### Work item
Below are some records; output exactly the lines from the line with "v 2.091 19.89 40" to the line with "v -2.091 -19.89 0", both ends kept, and nothing more.

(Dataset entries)
──────────
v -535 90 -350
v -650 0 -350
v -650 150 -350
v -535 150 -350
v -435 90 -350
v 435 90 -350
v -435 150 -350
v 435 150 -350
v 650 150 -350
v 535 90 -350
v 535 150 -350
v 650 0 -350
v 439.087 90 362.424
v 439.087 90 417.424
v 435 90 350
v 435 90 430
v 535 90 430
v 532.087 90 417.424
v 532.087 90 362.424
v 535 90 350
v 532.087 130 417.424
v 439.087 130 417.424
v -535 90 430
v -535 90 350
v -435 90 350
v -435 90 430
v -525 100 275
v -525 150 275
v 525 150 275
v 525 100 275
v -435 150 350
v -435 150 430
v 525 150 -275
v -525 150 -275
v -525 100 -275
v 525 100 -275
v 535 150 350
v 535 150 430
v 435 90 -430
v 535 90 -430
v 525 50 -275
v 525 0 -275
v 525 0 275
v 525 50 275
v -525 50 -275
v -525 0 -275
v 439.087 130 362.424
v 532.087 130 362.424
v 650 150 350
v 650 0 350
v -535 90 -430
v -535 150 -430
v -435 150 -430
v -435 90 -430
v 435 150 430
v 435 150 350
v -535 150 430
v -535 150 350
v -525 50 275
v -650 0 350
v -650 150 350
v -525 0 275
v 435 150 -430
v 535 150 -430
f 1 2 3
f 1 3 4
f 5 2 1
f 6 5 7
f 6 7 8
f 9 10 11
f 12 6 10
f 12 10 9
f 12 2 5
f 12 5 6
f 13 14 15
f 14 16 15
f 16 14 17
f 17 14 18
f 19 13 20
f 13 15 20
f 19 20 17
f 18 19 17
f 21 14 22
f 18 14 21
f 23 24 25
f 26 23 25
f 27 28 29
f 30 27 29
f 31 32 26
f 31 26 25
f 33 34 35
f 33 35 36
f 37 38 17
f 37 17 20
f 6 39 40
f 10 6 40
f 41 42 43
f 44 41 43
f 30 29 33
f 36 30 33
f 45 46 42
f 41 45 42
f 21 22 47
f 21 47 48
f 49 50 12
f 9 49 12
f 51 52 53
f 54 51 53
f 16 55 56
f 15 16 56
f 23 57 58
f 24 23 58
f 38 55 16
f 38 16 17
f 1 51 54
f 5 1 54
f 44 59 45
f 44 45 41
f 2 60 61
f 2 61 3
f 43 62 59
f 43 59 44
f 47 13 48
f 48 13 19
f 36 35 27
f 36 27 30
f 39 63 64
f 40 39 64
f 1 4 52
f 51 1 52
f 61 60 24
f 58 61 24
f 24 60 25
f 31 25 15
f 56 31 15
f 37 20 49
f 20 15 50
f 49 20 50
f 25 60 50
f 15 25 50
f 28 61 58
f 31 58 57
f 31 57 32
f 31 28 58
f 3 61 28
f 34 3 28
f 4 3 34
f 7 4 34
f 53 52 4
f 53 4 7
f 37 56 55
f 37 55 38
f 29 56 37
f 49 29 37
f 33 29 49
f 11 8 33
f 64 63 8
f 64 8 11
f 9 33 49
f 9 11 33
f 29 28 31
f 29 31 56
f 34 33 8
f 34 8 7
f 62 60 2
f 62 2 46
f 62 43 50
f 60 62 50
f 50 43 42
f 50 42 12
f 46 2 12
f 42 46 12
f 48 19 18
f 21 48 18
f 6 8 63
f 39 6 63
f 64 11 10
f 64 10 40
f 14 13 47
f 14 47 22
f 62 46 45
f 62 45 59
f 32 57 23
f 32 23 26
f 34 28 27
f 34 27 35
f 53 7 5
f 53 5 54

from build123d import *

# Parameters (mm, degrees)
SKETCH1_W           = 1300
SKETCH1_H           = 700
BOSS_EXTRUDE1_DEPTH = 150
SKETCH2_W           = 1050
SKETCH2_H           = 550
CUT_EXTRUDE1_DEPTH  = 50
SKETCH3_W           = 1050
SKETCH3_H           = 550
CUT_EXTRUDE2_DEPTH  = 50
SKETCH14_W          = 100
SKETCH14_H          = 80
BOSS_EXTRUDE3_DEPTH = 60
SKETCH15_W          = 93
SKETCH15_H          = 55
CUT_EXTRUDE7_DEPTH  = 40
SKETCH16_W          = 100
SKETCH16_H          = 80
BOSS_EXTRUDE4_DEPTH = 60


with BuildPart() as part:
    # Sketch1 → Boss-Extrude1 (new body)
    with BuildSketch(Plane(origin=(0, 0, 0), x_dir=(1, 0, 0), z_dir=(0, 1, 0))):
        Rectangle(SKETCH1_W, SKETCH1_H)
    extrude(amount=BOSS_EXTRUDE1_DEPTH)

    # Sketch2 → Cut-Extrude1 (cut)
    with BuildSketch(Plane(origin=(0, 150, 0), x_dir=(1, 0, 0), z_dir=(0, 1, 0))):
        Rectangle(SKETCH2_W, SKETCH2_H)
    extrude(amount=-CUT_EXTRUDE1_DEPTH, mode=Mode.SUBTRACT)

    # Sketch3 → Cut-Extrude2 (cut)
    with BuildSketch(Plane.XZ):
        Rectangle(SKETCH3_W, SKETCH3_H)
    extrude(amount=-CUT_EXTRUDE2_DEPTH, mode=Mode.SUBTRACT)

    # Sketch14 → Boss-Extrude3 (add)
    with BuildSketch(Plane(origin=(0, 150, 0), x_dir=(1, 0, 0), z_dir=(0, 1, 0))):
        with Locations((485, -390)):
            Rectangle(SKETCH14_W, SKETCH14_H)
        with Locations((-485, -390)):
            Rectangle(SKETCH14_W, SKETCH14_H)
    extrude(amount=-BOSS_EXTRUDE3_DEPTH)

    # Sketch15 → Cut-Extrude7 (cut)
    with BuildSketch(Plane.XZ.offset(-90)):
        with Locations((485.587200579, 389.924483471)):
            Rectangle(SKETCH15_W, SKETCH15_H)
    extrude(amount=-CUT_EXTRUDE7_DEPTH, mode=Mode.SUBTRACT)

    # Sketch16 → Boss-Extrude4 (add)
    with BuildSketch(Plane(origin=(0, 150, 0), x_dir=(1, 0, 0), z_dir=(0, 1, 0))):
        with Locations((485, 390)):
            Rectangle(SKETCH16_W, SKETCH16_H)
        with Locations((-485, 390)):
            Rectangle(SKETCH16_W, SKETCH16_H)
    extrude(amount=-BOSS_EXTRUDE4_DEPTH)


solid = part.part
──────────
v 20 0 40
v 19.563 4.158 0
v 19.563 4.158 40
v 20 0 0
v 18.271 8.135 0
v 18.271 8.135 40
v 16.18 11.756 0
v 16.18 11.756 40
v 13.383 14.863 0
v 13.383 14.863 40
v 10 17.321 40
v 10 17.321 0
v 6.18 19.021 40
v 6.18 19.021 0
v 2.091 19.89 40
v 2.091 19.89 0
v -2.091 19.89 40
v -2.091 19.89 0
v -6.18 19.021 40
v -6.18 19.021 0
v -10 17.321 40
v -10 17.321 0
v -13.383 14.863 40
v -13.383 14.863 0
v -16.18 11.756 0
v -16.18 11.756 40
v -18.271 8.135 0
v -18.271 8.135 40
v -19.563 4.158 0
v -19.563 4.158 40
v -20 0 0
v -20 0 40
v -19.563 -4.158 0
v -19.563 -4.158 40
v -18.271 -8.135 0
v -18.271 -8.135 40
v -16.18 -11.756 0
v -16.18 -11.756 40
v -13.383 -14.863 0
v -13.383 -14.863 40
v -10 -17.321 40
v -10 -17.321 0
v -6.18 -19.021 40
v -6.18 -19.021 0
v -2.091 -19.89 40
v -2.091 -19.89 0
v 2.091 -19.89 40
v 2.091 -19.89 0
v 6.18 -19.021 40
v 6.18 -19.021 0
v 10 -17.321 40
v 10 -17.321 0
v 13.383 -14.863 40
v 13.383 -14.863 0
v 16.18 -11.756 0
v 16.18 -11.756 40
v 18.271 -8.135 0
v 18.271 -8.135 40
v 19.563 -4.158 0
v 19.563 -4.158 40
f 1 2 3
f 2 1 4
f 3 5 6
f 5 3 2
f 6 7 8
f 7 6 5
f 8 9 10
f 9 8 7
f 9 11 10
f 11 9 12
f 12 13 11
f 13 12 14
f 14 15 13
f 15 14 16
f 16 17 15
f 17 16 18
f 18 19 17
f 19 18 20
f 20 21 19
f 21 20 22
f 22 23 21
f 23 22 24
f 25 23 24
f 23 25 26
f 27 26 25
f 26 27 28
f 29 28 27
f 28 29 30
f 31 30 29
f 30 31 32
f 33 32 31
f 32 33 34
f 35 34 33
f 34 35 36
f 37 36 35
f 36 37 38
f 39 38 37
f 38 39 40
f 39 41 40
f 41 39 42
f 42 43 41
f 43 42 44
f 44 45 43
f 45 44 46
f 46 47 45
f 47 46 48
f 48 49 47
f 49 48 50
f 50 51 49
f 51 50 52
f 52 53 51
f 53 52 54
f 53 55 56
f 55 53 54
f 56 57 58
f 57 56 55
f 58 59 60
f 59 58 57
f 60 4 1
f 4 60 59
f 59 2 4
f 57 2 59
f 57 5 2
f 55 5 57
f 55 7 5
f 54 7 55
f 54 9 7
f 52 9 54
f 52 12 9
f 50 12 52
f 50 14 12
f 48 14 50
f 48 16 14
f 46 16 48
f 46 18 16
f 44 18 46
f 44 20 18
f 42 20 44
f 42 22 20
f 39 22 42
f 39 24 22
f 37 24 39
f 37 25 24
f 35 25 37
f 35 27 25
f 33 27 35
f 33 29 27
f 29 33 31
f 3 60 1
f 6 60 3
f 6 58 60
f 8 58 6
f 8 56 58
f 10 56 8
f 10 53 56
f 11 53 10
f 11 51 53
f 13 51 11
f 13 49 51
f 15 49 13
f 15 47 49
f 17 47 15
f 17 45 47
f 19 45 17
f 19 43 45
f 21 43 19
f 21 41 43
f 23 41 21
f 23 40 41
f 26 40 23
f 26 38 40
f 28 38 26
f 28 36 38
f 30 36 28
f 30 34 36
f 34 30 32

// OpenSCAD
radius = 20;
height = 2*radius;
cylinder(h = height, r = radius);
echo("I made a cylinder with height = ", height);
──────────
### The completed task
v 2.091 19.89 40
v 2.091 19.89 0
v -2.091 19.89 40
v -2.091 19.89 0
v -6.18 19.021 40
v -6.18 19.021 0
v -10 17.321 40
v -10 17.321 0
v -13.383 14.863 40
v -13.383 14.863 0
v -16.18 11.756 0
v -16.18 11.756 40
v -18.271 8.135 0
v -18.271 8.135 40
v -19.563 4.158 0
v -19.563 4.158 40
v -20 0 0
v -20 0 40
v -19.563 -4.158 0
v -19.563 -4.158 40
v -18.271 -8.135 0
v -18.271 -8.135 40
v -16.18 -11.756 0
v -16.18 -11.756 40
v -13.383 -14.863 0
v -13.383 -14.863 40
v -10 -17.321 40
v -10 -17.321 0
v -6.18 -19.021 40
v -6.18 -19.021 0
v -2.091 -19.89 40
v -2.091 -19.89 0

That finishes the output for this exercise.